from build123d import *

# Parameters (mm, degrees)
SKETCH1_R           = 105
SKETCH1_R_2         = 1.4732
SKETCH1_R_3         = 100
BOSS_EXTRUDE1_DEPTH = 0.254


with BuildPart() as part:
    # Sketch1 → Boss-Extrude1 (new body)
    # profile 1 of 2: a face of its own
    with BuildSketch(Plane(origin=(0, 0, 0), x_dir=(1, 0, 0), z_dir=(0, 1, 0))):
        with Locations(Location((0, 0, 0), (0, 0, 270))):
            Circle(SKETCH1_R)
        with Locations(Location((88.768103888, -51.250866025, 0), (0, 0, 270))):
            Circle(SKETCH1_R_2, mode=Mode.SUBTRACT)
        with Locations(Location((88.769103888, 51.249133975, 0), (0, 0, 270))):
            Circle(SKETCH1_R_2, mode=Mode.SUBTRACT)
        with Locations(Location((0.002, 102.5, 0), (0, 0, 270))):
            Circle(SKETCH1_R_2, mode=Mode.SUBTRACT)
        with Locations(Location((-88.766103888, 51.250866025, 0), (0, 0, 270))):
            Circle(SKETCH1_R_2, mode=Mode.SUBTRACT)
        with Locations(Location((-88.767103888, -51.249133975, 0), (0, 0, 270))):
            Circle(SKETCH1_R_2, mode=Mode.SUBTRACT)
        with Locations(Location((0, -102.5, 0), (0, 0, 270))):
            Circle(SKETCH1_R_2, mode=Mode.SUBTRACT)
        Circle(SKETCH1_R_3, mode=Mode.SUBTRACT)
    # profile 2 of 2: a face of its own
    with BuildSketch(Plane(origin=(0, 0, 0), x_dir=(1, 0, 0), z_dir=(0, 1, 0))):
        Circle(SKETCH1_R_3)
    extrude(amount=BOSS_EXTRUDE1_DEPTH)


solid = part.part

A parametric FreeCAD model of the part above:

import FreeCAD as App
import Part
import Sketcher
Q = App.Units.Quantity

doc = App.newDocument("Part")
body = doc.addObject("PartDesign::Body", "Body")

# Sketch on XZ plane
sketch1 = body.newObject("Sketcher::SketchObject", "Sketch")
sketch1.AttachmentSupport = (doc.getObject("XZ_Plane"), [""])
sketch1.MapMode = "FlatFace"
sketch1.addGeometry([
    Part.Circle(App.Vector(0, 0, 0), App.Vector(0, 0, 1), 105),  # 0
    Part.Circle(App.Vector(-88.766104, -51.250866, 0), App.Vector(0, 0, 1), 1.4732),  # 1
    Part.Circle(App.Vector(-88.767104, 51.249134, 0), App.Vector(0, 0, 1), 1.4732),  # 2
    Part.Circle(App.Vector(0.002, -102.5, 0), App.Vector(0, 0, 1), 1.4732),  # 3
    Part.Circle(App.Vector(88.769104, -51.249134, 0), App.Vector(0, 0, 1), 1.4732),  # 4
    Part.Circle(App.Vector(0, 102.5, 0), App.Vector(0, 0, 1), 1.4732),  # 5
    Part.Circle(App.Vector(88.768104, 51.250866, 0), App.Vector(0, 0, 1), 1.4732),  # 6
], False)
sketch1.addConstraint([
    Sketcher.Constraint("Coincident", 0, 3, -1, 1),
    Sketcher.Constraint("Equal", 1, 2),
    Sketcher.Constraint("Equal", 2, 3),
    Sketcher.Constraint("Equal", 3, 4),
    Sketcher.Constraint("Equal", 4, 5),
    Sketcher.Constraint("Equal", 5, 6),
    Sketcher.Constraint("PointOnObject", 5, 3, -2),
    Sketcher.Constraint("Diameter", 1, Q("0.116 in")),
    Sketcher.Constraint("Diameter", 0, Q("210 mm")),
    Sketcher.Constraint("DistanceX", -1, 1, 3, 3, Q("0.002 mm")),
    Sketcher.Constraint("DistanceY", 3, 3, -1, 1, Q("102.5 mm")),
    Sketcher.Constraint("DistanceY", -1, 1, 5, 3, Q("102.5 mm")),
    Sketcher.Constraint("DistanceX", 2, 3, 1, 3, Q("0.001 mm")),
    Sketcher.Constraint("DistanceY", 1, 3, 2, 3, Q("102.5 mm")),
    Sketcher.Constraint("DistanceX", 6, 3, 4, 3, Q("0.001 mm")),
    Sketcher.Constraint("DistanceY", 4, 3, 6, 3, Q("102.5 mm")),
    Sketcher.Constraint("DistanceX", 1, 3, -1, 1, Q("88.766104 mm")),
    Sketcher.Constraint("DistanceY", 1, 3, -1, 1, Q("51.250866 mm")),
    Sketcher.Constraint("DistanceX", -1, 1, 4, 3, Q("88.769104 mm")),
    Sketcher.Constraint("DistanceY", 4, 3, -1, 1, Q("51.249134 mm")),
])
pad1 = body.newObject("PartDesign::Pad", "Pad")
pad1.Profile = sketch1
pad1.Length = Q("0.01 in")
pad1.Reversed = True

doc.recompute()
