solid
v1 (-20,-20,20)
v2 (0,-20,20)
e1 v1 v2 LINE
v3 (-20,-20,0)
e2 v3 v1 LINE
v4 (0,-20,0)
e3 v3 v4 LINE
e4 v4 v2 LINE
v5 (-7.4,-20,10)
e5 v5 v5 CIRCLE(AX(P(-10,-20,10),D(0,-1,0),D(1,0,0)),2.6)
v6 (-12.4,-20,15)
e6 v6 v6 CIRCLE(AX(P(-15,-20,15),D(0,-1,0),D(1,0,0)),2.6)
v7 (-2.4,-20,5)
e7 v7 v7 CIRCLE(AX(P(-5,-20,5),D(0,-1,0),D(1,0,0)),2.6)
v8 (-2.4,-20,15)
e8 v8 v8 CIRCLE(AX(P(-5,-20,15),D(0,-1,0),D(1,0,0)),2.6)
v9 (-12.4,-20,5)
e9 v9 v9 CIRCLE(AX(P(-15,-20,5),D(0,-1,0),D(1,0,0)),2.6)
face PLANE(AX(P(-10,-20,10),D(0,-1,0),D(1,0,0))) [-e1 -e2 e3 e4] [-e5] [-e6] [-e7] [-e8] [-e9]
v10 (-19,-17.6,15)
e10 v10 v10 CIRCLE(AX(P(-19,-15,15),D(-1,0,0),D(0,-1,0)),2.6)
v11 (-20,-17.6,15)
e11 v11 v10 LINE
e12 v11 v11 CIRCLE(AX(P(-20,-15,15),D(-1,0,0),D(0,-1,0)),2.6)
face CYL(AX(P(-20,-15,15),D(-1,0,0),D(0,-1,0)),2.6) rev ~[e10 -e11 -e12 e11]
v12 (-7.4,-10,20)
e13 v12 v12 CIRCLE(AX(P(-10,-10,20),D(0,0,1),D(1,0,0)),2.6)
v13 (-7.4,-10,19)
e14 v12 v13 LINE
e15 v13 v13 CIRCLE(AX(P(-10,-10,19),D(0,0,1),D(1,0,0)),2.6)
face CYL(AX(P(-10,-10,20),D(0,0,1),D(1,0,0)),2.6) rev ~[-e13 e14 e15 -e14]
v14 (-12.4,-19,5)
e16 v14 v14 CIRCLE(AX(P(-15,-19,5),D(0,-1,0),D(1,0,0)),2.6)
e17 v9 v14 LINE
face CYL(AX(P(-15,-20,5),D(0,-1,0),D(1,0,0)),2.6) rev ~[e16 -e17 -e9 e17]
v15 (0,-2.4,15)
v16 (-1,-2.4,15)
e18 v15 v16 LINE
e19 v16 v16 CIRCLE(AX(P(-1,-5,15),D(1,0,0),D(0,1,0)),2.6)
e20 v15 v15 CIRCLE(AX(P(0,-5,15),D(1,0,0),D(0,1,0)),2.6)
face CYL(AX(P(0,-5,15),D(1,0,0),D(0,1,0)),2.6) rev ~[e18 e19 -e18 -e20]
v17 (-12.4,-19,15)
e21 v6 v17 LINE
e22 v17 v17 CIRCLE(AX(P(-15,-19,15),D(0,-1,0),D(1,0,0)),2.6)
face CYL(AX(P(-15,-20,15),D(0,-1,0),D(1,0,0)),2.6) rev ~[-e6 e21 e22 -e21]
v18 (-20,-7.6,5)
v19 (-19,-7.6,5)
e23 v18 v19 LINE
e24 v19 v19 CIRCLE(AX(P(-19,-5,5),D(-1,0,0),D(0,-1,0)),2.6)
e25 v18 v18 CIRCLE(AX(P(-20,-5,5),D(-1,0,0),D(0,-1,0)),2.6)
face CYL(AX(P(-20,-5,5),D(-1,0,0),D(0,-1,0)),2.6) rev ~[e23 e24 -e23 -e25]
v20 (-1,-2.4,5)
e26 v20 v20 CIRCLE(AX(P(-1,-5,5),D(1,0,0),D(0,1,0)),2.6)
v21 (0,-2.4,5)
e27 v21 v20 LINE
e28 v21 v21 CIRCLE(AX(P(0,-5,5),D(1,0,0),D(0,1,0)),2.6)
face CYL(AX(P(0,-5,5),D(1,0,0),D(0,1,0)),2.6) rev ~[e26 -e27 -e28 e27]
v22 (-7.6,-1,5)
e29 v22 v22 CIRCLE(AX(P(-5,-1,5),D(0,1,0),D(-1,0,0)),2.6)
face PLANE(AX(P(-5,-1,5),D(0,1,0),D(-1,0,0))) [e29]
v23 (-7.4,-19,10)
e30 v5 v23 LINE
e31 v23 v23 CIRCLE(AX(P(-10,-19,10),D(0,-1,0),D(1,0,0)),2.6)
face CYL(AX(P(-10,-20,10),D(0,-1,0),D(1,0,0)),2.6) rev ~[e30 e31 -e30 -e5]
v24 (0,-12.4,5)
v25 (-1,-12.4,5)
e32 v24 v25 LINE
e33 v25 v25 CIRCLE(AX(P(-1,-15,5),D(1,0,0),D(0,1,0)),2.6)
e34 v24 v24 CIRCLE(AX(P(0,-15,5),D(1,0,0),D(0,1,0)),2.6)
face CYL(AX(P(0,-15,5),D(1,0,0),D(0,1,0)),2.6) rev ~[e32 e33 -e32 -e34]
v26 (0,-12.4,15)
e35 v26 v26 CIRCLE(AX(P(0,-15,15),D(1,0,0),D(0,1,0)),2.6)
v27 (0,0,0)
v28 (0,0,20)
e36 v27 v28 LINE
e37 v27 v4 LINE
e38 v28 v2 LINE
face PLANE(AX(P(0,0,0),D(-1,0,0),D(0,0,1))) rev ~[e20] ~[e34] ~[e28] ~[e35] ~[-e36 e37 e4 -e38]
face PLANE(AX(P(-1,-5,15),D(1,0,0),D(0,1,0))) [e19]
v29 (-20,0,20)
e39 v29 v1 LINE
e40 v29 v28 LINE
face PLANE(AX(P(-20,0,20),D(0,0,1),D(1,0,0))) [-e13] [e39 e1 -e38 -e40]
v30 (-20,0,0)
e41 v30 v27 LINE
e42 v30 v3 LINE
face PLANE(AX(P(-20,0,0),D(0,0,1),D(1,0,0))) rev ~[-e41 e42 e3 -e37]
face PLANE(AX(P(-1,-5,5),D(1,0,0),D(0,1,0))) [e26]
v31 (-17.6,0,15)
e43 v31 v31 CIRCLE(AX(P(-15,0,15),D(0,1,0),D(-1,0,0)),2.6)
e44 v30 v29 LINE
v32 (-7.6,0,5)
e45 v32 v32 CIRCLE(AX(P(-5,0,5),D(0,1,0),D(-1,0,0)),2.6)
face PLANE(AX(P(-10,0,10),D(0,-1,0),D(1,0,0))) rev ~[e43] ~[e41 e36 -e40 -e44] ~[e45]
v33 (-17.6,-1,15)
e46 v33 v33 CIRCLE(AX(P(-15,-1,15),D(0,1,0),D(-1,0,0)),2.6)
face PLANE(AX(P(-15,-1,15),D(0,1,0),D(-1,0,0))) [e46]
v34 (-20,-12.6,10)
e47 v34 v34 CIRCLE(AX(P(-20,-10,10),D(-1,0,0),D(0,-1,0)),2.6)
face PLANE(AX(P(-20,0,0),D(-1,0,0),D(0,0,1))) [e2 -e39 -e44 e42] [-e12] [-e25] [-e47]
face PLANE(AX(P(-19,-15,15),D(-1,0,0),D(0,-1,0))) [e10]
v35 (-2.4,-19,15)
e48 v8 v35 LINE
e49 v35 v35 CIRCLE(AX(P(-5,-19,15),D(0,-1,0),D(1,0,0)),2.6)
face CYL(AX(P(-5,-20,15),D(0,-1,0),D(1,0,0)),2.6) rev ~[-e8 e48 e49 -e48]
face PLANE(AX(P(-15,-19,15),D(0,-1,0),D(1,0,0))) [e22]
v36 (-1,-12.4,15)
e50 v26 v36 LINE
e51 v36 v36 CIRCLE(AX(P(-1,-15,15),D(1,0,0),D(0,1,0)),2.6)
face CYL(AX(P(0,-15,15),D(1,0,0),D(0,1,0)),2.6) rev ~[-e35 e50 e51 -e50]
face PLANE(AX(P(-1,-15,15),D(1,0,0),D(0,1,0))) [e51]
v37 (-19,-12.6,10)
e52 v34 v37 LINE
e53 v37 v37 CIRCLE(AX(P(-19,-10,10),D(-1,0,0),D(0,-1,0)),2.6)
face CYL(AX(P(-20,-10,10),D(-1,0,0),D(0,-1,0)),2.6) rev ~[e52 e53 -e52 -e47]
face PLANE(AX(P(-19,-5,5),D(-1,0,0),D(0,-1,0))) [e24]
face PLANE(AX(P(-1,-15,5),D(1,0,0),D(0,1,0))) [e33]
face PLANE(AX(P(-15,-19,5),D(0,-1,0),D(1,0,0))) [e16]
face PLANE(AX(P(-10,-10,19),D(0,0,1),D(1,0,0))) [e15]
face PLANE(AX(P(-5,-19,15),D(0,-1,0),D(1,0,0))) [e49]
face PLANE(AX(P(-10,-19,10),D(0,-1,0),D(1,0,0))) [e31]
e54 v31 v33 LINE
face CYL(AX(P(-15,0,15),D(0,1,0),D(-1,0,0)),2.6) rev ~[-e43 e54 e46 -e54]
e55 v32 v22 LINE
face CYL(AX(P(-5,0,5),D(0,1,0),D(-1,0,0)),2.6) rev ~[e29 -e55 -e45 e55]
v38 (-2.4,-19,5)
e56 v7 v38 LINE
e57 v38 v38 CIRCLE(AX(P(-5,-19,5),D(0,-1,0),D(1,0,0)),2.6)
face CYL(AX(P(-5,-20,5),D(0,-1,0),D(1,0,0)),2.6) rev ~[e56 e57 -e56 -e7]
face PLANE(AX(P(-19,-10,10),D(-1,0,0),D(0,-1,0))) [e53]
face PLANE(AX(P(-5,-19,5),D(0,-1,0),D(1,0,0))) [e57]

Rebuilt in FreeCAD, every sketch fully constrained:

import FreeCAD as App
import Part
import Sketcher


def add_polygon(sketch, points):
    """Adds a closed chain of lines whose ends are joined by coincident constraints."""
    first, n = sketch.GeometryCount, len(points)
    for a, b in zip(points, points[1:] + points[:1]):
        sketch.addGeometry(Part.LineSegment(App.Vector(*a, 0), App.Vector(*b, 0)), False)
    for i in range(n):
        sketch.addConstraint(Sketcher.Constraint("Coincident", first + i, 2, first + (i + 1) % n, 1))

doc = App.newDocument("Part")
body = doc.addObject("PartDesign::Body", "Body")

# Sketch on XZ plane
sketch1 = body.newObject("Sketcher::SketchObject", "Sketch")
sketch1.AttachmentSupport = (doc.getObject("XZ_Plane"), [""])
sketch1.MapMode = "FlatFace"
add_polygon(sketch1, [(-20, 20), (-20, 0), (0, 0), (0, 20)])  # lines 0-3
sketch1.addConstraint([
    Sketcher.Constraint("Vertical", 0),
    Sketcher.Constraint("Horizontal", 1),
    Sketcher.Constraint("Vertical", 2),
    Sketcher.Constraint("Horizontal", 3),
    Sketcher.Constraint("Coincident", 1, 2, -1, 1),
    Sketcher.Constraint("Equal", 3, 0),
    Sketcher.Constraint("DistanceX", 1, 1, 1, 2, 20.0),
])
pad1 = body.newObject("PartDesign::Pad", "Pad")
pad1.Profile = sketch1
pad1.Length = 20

> _Problem to work on_
From the first line of the records to the line containing "A parametric FreeCAD", inclusive, transcribe everything exactly and leave out the rest.

> _Task result_
from build123d import *

# Parameters (mm, degrees)
SKETCH1_R           = 105
SKETCH1_R_2         = 1.4732
SKETCH1_R_3         = 100
BOSS_EXTRUDE1_DEPTH = 0.254


with BuildPart() as part:
    # Sketch1 → Boss-Extrude1 (new body)
    # profile 1 of 2: a face of its own
    with BuildSketch(Plane(origin=(0, 0, 0), x_dir=(1, 0, 0), z_dir=(0, 1, 0))):
        with Locations(Location((0, 0, 0), (0, 0, 270))):
            Circle(SKETCH1_R)
        with Locations(Location((88.768103888, -51.250866025, 0), (0, 0, 270))):
            Circle(SKETCH1_R_2, mode=Mode.SUBTRACT)
        with Locations(Location((88.769103888, 51.249133975, 0), (0, 0, 270))):
            Circle(SKETCH1_R_2, mode=Mode.SUBTRACT)
        with Locations(Location((0.002, 102.5, 0), (0, 0, 270))):
            Circle(SKETCH1_R_2, mode=Mode.SUBTRACT)
        with Locations(Location((-88.766103888, 51.250866025, 0), (0, 0, 270))):
            Circle(SKETCH1_R_2, mode=Mode.SUBTRACT)
        with Locations(Location((-88.767103888, -51.249133975, 0), (0, 0, 270))):
            Circle(SKETCH1_R_2, mode=Mode.SUBTRACT)
        with Locations(Location((0, -102.5, 0), (0, 0, 270))):
            Circle(SKETCH1_R_2, mode=Mode.SUBTRACT)
        Circle(SKETCH1_R_3, mode=Mode.SUBTRACT)
    # profile 2 of 2: a face of its own
    with BuildSketch(Plane(origin=(0, 0, 0), x_dir=(1, 0, 0), z_dir=(0, 1, 0))):
        Circle(SKETCH1_R_3)
    extrude(amount=BOSS_EXTRUDE1_DEPTH)


solid = part.part

A parametric FreeCAD model of the part above:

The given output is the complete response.